Ketogenic Mediterranean diets take out all the bread and legumes, and replace them with more olive oil, low-carb vegetables, fatty fish, and nuts. The benefits include…

  • Improvements in metabolic syndrome and nonalcoholic fatty liver disease (NAFLD)
  • Improvements in cardiovascular health
  • Weight loss and improvements in inflammatory markers

This research suggests that those “heart-healthy whole grains” aren’t actually necessary for the health benefits of the Mediterranean diet; most of these diets were basically Paleo with some low-fat dairy thrown in. For Paleo eaters who find the Mediterranean diet concept interesting but don’t want to venture into the land of whole wheat and chickpeas, this might be a good place to start. (And if you’re not huge on the full ketogenic thing, you could add carbs with potatoes and/or sweet potatoes as you like.)

Take those first three points all together, and it looks like the Mediterranean diet is making a pretty strong case against low-fat diets or the need for “healthy whole grains.” Mediterranean-style emphasis on healthy fats outperforms low-fat diets, and you can get Mediterranean diet benefits with almost no carbs or grains at all.

4. The Diet Alone Isn’t Magic

The original promoter of the Mediterranean Diet was Ancel Keys (yes, the same Ancel Keys better-known for unjustifiably demonizing saturated fat and cholesterol as the “causes” of heart disease). Keys traveled to the island of Crete, off the coast of Greece, and observed that traditional Cretan dietary patterns were associated with low rates of heart disease. And the “Mediterranean diet” was born.

But even people eating the Mediterranean diet in studies don’t end up as healthy as the Cretans, and this review points out one possible reason why. The people living in Crete and southern Italy at the time also enjoyed “a relaxing psychosocial environment, mild climate, preservation of the extended family structure, and even a siesta, as well as regular activity, mainly through walking.” Think about the lessons of Roseto, PA: strong social connections can dramatically reduce rates of heart disease even when the people are eating huge piles of refined flour and everyone smokes. Or think about the importance of sleep and stress, or the benefits of walking.

The history of the Mediterranean diet is one more point in favor of considering all these things as part your health environment: it’s not just the food you put in your mouth.

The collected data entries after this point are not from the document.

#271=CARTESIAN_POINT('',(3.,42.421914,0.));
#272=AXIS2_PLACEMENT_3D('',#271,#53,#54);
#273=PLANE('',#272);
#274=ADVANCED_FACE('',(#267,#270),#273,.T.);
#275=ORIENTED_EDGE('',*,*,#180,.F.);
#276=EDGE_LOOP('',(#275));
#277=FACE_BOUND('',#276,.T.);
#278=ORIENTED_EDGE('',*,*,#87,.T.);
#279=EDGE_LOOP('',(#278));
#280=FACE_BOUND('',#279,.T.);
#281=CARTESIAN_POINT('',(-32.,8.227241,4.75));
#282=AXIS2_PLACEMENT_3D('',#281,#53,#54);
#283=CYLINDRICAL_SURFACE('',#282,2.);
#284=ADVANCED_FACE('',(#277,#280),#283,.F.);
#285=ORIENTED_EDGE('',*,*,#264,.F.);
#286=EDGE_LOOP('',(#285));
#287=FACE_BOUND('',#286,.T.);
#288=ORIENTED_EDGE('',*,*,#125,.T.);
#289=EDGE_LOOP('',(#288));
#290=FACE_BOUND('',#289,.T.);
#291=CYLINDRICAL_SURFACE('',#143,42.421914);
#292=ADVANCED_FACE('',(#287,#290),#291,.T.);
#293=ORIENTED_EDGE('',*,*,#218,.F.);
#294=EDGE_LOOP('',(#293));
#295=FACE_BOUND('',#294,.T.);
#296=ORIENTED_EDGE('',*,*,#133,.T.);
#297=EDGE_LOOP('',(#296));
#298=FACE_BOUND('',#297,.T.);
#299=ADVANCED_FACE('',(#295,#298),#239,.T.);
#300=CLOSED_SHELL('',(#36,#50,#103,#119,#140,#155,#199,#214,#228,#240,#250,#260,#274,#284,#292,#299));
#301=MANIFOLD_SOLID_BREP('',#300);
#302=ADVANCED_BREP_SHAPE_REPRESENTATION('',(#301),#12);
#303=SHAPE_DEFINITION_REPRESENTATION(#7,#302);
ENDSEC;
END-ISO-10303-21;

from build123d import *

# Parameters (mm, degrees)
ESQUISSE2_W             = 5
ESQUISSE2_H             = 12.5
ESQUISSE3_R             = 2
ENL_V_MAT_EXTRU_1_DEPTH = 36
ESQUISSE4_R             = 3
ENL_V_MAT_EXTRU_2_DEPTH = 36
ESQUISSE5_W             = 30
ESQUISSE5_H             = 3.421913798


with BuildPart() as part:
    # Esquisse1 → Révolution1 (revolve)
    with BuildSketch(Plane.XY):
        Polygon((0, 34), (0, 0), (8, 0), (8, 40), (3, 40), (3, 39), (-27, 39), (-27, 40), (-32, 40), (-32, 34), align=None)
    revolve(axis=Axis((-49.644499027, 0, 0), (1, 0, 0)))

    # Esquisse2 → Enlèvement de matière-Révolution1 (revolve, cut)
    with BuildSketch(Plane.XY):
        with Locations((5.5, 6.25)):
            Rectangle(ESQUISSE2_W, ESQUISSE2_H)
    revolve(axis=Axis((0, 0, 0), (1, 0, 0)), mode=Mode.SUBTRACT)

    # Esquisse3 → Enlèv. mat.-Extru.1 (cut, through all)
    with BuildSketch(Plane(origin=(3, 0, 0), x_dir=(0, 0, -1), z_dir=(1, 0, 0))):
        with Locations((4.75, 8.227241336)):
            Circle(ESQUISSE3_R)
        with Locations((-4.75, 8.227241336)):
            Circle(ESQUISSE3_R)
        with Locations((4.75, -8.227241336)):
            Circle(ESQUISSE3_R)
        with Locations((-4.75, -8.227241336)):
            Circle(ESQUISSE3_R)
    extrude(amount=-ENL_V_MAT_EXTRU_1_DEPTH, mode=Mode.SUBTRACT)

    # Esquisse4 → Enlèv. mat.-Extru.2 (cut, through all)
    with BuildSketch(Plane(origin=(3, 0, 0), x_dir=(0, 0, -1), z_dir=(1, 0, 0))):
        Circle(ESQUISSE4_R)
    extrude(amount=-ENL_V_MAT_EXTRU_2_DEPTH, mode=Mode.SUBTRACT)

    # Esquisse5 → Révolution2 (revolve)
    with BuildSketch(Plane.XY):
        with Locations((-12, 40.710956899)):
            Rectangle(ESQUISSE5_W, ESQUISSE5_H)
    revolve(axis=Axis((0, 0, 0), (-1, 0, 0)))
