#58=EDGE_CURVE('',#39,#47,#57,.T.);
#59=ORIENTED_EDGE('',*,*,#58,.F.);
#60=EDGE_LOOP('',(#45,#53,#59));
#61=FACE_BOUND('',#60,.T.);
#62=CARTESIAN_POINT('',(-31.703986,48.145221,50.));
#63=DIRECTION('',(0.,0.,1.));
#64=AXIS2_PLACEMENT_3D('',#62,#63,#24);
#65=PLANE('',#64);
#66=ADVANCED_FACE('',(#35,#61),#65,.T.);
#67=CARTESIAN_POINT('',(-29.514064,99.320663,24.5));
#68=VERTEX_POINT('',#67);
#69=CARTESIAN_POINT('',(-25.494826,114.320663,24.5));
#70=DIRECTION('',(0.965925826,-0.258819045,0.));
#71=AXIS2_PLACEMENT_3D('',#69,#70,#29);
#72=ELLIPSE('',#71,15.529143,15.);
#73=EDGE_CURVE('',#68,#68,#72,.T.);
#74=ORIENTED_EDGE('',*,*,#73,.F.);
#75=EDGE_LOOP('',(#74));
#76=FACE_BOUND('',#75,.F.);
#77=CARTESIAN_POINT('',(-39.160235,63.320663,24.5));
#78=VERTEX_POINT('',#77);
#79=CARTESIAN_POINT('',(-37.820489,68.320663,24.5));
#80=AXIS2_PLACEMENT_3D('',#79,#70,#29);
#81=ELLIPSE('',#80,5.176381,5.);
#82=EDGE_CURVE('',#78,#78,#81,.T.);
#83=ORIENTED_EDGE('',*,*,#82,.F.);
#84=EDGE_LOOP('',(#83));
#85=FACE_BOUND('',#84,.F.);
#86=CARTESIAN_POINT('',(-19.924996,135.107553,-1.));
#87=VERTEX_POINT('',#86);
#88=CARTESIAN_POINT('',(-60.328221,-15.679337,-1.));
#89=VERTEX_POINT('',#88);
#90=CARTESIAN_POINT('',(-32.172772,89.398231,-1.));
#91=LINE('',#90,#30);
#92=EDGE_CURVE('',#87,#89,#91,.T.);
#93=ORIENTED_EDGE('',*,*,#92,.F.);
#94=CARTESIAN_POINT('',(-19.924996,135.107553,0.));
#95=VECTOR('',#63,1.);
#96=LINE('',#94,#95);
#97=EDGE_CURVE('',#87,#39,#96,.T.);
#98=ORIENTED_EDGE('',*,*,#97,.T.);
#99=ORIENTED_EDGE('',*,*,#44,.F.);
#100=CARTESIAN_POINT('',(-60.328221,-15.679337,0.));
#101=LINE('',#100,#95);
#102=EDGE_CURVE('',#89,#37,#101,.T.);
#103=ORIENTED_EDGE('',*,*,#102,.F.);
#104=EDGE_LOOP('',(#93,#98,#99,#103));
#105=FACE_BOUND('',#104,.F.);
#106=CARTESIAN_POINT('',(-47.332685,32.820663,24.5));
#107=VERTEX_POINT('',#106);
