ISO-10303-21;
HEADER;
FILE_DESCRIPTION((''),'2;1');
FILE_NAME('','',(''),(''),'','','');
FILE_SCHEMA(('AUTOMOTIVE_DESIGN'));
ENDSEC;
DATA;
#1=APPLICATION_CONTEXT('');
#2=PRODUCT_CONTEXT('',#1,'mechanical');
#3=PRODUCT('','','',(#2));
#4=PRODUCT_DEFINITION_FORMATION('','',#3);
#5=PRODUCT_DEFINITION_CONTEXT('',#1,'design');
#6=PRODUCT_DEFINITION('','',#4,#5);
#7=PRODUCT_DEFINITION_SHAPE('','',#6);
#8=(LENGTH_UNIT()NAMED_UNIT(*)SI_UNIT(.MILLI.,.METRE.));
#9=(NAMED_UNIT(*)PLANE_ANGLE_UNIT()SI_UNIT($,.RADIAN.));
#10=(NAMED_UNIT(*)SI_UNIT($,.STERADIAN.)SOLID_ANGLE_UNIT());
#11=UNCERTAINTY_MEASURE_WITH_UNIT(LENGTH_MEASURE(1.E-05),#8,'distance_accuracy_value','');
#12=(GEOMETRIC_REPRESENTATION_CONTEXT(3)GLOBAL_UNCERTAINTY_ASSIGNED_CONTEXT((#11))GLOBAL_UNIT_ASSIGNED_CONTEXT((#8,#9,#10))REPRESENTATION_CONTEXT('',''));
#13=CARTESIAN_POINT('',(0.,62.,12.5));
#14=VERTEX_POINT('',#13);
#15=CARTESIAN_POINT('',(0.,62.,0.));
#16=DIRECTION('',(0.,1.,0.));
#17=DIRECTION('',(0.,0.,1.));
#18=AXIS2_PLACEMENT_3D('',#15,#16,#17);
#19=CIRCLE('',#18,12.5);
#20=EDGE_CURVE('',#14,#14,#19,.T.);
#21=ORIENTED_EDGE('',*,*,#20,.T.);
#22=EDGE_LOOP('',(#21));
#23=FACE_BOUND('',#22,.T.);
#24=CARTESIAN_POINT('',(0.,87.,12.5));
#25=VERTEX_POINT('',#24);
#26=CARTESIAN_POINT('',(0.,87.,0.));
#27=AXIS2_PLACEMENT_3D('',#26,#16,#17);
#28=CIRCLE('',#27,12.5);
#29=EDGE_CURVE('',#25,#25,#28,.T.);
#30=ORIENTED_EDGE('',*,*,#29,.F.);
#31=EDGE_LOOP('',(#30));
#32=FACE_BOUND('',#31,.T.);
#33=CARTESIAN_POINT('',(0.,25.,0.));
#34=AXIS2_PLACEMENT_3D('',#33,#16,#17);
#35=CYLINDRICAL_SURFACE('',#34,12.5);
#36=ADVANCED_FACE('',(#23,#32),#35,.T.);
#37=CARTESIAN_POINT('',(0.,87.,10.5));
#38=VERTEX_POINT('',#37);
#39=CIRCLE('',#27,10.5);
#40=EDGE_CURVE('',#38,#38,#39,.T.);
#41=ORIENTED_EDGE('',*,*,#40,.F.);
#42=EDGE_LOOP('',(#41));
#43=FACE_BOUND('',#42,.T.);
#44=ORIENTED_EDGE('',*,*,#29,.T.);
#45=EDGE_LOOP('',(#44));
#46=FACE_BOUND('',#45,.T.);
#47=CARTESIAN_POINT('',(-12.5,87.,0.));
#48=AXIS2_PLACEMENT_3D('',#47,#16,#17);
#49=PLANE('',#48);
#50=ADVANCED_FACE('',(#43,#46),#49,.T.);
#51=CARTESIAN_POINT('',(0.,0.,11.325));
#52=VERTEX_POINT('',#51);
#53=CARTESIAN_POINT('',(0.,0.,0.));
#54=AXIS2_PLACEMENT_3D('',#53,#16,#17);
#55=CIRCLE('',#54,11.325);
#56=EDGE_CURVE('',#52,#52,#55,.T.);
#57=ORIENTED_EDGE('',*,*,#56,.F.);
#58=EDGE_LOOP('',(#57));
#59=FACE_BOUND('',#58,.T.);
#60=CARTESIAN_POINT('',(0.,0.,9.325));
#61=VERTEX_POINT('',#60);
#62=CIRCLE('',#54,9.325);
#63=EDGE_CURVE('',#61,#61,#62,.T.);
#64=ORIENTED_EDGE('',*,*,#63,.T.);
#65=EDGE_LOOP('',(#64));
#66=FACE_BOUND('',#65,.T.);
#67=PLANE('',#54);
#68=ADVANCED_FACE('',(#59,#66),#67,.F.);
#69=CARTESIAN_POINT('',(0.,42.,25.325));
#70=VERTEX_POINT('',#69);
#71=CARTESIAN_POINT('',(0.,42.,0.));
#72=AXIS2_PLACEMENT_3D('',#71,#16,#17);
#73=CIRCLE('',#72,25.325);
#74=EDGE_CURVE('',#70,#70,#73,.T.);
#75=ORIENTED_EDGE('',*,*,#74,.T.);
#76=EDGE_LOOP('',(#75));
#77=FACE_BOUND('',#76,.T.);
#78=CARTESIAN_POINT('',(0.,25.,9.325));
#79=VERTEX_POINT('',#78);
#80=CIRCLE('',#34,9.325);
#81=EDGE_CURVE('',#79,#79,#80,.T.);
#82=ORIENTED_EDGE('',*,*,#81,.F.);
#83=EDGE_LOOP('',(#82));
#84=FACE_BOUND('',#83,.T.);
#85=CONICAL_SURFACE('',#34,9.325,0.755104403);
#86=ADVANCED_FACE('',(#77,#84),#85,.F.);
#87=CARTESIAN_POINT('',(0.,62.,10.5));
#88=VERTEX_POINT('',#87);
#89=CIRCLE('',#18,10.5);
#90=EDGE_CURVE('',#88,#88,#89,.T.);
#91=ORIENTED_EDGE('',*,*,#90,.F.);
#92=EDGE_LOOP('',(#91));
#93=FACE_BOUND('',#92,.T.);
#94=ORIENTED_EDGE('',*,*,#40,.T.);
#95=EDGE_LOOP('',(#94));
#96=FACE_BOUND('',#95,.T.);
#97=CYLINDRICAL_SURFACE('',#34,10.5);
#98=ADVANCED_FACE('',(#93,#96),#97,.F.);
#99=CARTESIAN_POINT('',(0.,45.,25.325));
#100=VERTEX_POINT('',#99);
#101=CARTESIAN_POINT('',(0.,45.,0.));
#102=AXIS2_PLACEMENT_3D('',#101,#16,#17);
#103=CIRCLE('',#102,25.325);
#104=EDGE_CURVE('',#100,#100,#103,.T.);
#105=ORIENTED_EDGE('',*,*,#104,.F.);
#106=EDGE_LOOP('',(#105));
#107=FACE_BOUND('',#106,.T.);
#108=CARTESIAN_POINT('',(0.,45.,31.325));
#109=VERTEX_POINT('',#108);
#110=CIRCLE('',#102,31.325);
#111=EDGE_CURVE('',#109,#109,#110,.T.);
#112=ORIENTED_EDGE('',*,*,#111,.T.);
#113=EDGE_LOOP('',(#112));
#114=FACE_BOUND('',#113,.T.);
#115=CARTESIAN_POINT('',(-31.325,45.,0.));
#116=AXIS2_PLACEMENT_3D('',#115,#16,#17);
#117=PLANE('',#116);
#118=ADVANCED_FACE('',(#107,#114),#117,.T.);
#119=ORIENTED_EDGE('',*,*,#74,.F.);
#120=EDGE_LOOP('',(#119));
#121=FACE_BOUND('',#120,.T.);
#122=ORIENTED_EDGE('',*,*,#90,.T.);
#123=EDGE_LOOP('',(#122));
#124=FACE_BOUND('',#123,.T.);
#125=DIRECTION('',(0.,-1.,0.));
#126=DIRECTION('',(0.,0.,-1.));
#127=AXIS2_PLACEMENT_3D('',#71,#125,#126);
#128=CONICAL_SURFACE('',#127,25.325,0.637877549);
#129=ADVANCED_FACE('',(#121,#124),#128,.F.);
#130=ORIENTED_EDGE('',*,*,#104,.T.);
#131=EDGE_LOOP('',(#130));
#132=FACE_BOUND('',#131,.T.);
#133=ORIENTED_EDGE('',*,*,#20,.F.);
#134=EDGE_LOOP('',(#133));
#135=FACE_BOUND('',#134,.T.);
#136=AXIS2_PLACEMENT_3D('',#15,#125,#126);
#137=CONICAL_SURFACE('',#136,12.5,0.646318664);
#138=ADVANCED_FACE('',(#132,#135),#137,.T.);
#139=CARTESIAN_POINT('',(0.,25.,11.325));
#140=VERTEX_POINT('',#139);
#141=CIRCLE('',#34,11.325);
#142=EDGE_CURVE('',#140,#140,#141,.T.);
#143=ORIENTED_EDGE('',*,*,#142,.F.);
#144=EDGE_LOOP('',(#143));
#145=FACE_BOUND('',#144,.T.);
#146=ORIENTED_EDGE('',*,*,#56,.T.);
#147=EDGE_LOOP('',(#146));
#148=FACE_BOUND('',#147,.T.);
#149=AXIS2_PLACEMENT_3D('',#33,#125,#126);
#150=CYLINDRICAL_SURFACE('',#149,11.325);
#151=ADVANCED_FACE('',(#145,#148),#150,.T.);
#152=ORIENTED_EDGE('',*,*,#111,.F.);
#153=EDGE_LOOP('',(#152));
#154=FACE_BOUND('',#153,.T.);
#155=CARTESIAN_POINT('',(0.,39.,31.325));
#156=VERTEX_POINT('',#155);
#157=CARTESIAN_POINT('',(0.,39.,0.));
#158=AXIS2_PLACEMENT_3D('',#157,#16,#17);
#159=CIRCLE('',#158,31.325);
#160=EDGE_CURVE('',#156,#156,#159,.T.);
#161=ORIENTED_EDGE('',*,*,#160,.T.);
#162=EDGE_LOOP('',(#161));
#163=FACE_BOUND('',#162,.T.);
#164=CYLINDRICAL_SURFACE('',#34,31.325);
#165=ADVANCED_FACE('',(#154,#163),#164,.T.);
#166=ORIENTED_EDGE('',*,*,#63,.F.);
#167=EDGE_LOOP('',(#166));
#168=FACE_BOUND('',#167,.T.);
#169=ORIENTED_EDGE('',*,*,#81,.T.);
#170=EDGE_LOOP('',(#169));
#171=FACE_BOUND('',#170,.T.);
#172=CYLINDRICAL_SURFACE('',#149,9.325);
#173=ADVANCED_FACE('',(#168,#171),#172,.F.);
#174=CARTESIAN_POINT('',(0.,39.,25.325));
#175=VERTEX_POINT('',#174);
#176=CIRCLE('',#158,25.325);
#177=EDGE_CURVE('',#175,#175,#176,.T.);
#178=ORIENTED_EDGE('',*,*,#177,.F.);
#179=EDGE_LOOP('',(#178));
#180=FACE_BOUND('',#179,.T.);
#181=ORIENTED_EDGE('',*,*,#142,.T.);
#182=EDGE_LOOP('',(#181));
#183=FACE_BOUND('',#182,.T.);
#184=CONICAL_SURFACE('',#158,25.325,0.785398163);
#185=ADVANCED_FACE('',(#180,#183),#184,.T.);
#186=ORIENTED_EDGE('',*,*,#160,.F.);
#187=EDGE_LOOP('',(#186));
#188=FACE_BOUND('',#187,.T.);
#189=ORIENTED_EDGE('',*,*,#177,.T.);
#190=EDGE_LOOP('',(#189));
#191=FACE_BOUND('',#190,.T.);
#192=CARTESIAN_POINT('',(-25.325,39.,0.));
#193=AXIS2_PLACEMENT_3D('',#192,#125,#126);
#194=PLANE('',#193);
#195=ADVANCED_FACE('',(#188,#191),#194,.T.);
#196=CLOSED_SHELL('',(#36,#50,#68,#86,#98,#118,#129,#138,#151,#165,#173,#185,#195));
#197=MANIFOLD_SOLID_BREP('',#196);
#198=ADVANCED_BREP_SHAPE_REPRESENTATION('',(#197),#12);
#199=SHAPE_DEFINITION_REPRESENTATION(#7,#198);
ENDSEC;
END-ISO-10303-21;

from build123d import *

# Parameters (mm, degrees)
SKETCH1_R           = 11.325
SKETCH1_R_2         = 9.325
BOSS_EXTRUDE1_DEPTH = 25


with BuildPart() as part:
    # Sketch1 → Boss-Extrude1 (new body)
    with BuildSketch(Plane(origin=(0, 0, 0), x_dir=(1, 0, 0), z_dir=(0, 1, 0))):
        with Locations(Location((0, 0, 0), (0, 0, 270))):
            Circle(SKETCH1_R)
        with Locations(Location((0, 0, 0), (0, 0, 270))):
            Circle(SKETCH1_R_2, mode=Mode.SUBTRACT)
    extrude(amount=BOSS_EXTRUDE1_DEPTH)

    # Sketch10 → Revolve1 (revolve)
    with BuildSketch(Plane.XY, mode=Mode.PRIVATE) as revolve1_sk:
        Polygon((-11.325, 25), (-25.325, 39), (-31.325, 39), (-31.325, 42), (-25.325, 42), (-9.325, 25), align=None)
    revolve(revolve1_sk.sketch.rotate(Axis((0, 25, 0), (0, -1, 0)), 270), axis=Axis((0, 25, 0), (0, -1, 0)))

    # Sketch11 → Revolve2 (revolve)
    with BuildSketch(Plane.XY, mode=Mode.PRIVATE) as revolve2_sk:
        Polygon((-31.325, 42), (-31.325, 45), (-25.325, 45), (-12.5, 62), (-12.5, 87), (-10.5, 87), (-10.5, 62), (-25.325, 42), align=None)
    revolve(revolve2_sk.sketch.rotate(Axis((0, 25, 0), (0, -1, 0)), 270), axis=Axis((0, 25, 0), (0, -1, 0)))


solid = part.part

5. It Might be Changing the Dietary Guidelines in a Paleo-Friendly Direction.

Maybe the most exciting thing about the Mediterranean Diet is the politics.

The Mediterranean Diet is the fat-is-not-evil wedge that’s slowly filtering into mainstream dietary advice. It’s the poster child for “good fat,” for unprocessed foods, and for focusing on overall diet patterns instead of picking on just one nutrient. And as it filters into the public consciousness that olive oil is actually good for you, we might be getting a welcome dose of fat-friendly, whole-foods nutrition coming along for the ride.

The latest version of the Dietary Guidelines for Americans even touts the Mediterranean diet as a suggested dietary pattern. Who knows: maybe next they’ll actually get tough on sugar!